- Born: 14 March 1936 Urulikunnath, Pala, Travancore, India
- Died: 15 July 2026 (aged 90) Kottayam, Kerala, India
- Known for: Nokkuvidya pavakali puppetry
- Spouse: Shivarama Panicker
- Children: 3
- Awards: Padma Shri

= Moozhikkal Pankajakshi =

Indian puppeteer (1936–2026)

Moozhikkal Pankajakshi (14 March 1936 – 15 July 2026) was an Indian expert in Nokkuvidya pavakali, a form of puppetry. She was awarded her country's fourth highest civilian award, the Padma Shri, in 2020.

== Life and career ==
Pankajakshi Moozhikkal Sivaraman, popularly known as Moozhikkal Pankajakshi Amma, was born on 14 March 1936, at Urulikunnath, Pala, Kottayam district. She dropped out of school midway due to financial difficulties.
Pankajakshiamma started learning Nokkuvidya from her mother Paappiyamma. She who learned Nokkuvidya at the age of eleven, later used to perform it with songs written by her husband after her marriage. A Nokkuvidya Pavakali performer for over 60 years, due to old age, vision loss and memory loss, she stopped performing Nokkuvidya at the age of 72. After that she taught the folk art form to her granddaughter Renjini.

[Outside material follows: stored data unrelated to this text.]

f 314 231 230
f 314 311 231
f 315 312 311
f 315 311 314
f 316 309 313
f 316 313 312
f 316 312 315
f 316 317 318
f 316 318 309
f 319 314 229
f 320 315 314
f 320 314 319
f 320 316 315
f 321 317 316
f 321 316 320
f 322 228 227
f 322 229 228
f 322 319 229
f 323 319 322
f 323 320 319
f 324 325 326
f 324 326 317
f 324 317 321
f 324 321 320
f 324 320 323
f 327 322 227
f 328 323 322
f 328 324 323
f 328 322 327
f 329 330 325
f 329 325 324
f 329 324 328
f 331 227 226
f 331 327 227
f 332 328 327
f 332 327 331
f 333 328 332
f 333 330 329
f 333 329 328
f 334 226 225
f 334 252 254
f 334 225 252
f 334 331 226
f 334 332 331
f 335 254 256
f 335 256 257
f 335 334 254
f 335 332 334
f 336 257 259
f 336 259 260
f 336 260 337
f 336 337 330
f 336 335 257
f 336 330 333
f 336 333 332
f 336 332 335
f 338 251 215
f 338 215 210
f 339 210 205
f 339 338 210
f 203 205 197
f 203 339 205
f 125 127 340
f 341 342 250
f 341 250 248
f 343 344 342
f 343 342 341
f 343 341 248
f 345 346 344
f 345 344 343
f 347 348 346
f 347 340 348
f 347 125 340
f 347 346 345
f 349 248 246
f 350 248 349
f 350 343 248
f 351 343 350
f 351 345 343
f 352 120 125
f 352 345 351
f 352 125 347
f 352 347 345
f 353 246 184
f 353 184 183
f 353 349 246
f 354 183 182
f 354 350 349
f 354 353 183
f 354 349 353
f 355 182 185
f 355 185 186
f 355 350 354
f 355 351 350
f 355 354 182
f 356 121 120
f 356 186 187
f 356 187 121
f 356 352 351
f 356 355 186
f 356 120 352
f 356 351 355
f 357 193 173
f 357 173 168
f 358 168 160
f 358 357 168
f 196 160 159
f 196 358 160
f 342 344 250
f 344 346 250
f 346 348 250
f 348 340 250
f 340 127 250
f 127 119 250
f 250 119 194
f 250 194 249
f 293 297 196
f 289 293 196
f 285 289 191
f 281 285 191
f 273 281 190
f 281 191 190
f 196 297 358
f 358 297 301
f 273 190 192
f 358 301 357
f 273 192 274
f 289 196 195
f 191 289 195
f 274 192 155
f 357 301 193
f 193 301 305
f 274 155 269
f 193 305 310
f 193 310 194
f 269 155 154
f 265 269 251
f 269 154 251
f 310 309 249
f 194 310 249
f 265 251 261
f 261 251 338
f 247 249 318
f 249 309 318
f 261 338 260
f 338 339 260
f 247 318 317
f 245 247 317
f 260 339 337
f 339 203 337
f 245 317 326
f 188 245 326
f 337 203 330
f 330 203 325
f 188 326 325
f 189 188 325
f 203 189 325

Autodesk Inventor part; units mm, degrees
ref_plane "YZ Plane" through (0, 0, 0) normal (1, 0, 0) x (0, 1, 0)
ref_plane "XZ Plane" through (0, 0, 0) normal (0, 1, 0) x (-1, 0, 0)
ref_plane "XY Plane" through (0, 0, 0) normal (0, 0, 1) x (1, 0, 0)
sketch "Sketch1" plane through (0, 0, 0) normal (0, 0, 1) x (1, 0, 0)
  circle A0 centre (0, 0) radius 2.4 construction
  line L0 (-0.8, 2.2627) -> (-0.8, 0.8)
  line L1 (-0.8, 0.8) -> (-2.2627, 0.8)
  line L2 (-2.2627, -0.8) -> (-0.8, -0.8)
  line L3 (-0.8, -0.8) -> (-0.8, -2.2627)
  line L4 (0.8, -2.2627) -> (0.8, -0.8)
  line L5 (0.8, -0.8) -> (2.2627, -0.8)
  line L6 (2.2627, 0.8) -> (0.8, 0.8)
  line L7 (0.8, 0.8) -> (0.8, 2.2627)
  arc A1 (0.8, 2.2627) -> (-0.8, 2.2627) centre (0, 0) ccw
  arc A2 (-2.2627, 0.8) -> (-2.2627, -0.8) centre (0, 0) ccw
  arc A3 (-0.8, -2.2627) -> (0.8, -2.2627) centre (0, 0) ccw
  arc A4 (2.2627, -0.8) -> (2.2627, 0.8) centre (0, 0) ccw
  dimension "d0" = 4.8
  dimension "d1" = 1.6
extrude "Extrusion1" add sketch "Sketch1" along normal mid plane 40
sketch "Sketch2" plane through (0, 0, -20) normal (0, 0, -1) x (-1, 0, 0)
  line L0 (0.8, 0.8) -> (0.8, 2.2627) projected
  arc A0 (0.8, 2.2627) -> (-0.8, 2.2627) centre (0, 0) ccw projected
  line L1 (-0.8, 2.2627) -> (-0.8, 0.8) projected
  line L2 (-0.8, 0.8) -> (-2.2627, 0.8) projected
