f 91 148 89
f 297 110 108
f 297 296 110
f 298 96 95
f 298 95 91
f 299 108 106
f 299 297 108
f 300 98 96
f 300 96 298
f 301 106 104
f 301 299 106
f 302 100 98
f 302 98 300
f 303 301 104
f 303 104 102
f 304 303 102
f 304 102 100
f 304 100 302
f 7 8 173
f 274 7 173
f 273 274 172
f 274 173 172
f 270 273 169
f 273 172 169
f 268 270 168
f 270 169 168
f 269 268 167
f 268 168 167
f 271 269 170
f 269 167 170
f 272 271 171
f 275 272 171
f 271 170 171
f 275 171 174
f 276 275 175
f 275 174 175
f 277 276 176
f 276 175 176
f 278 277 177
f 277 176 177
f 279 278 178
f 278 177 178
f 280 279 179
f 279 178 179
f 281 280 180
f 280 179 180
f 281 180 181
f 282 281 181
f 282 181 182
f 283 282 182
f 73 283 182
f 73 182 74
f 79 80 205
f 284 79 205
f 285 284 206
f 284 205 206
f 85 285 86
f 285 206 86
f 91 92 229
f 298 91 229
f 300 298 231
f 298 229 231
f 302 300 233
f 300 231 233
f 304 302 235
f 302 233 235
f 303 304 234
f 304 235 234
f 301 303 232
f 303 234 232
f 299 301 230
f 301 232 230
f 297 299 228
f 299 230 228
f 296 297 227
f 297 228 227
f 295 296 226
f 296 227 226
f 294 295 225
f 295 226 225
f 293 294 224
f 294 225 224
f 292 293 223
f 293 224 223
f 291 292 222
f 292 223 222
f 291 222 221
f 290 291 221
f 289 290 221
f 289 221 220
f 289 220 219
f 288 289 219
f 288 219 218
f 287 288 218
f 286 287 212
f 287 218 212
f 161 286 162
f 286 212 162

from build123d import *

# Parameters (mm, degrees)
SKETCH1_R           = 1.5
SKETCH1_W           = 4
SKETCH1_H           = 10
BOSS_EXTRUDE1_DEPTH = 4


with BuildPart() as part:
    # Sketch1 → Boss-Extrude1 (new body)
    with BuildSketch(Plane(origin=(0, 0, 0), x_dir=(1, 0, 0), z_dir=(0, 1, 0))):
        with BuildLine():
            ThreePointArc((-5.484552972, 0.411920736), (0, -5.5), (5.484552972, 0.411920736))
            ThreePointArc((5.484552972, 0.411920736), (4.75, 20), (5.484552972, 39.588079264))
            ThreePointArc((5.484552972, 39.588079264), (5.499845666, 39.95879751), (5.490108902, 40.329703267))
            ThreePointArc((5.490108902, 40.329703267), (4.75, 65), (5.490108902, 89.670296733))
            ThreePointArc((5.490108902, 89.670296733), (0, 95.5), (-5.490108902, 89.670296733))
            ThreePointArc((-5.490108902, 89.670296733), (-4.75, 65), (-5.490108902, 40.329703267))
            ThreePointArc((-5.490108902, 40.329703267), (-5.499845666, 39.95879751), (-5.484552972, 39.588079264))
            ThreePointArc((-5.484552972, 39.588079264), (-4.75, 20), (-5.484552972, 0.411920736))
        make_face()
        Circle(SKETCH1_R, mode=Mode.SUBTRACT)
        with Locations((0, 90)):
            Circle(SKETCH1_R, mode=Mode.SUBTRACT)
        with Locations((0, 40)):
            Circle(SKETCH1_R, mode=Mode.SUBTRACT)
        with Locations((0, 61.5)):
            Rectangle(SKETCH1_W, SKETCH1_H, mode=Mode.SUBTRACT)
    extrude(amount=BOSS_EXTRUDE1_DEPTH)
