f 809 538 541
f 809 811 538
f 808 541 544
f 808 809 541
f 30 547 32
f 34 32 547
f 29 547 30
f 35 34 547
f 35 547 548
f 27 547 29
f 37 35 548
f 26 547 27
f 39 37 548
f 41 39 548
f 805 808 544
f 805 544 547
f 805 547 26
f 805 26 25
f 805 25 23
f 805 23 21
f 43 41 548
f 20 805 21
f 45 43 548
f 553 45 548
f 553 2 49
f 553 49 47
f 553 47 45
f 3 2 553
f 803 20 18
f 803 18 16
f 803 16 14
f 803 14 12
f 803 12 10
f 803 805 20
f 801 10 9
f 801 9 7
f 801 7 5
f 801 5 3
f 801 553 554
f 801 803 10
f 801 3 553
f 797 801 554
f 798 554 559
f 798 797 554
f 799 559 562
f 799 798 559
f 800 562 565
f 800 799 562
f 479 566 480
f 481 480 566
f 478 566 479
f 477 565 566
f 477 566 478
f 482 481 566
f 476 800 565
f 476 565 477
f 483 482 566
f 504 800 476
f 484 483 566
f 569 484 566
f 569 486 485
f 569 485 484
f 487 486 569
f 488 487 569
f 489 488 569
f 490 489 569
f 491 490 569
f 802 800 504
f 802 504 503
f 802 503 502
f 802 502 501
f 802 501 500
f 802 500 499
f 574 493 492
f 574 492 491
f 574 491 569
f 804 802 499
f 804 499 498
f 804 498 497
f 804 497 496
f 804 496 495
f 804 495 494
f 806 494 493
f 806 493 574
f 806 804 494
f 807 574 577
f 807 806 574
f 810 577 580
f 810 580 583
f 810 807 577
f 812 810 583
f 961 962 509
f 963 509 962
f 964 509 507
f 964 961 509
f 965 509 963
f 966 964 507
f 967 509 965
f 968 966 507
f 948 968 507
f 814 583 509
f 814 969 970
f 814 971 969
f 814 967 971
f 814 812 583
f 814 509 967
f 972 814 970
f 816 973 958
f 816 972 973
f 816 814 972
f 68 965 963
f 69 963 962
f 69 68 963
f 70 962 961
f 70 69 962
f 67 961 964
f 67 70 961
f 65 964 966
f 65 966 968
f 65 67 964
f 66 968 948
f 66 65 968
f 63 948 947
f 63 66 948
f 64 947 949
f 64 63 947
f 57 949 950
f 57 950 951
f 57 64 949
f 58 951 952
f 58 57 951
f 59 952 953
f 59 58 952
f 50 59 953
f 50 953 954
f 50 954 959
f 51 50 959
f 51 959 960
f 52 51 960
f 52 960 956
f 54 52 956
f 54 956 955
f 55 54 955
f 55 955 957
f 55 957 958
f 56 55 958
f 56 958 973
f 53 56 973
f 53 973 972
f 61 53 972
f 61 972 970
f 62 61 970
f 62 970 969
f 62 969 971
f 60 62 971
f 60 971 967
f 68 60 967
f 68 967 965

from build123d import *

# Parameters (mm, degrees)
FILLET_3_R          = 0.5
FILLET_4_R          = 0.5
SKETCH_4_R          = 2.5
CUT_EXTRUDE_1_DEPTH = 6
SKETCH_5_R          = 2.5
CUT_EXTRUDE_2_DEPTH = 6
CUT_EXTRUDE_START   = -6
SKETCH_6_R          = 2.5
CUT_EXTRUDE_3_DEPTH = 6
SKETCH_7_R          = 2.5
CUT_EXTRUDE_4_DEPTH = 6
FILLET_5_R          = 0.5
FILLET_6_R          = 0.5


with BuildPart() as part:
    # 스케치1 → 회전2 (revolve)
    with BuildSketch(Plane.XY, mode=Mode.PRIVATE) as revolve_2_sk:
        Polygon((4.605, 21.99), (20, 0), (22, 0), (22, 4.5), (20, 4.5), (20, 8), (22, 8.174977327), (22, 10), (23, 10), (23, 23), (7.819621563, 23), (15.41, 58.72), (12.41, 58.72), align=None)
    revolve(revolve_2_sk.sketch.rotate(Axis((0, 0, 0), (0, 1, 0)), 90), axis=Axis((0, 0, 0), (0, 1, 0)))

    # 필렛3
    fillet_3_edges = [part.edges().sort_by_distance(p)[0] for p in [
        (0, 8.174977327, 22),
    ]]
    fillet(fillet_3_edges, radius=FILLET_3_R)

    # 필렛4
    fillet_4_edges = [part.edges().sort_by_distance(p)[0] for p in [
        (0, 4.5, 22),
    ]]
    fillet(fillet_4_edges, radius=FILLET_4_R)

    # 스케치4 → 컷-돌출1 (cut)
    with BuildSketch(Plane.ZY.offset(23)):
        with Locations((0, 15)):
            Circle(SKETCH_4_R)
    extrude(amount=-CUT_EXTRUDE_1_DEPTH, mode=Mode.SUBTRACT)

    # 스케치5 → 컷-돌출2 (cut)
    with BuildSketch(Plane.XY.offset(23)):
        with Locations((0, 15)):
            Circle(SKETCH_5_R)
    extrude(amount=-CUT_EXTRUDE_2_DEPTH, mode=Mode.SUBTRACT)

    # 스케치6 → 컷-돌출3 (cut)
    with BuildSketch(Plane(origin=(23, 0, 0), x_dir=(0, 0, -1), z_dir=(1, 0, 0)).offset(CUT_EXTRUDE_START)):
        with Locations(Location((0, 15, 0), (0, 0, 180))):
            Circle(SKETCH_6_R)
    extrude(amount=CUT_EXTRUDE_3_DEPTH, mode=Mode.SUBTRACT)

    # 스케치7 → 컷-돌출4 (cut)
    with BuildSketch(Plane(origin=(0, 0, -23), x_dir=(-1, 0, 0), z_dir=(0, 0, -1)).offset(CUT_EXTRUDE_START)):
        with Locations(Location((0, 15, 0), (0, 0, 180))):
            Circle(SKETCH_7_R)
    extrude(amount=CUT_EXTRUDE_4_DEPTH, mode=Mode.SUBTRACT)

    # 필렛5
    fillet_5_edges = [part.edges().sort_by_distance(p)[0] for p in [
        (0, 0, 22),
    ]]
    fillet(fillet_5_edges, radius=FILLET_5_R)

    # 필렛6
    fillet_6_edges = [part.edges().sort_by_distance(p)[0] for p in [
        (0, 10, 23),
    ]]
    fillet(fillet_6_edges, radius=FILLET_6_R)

===Personal life and death===
Pankajakshi Amma married Shivarama Panicker of Monippally near Uzhavoor, Kottayam district, at the age of 20. The couple had three children, Vijayan, Radhamani and Shiva. She lived in Monippally with her daughter Radhamani.

Pankajakshi died at a private hospital in Koothattukulam, Kerala, on 15 July 2026, after a prolonged illness related to old age. She was 90.

==Awards and honours==
Pankajakshi received several awards including Padma Shri (2020), India's fourth highest civilian honour and fellowship from Kerala Folklore Academy (2012). In 2008, as part of the Kerala Tourism Festival, she performed at Paris. Apart from this Pankajakshi Amma had performed Nokuvidya in many venues in Kerala and outside Kerala.

==Works on her==
Reshmi Radhakrishnan's documentary film Nokkuvidya, The life of a lone string puppeteer, screened at the International Documentary and Short Film Festival of Kerala, is about Nokkuvidya and its performer Pankajakshi.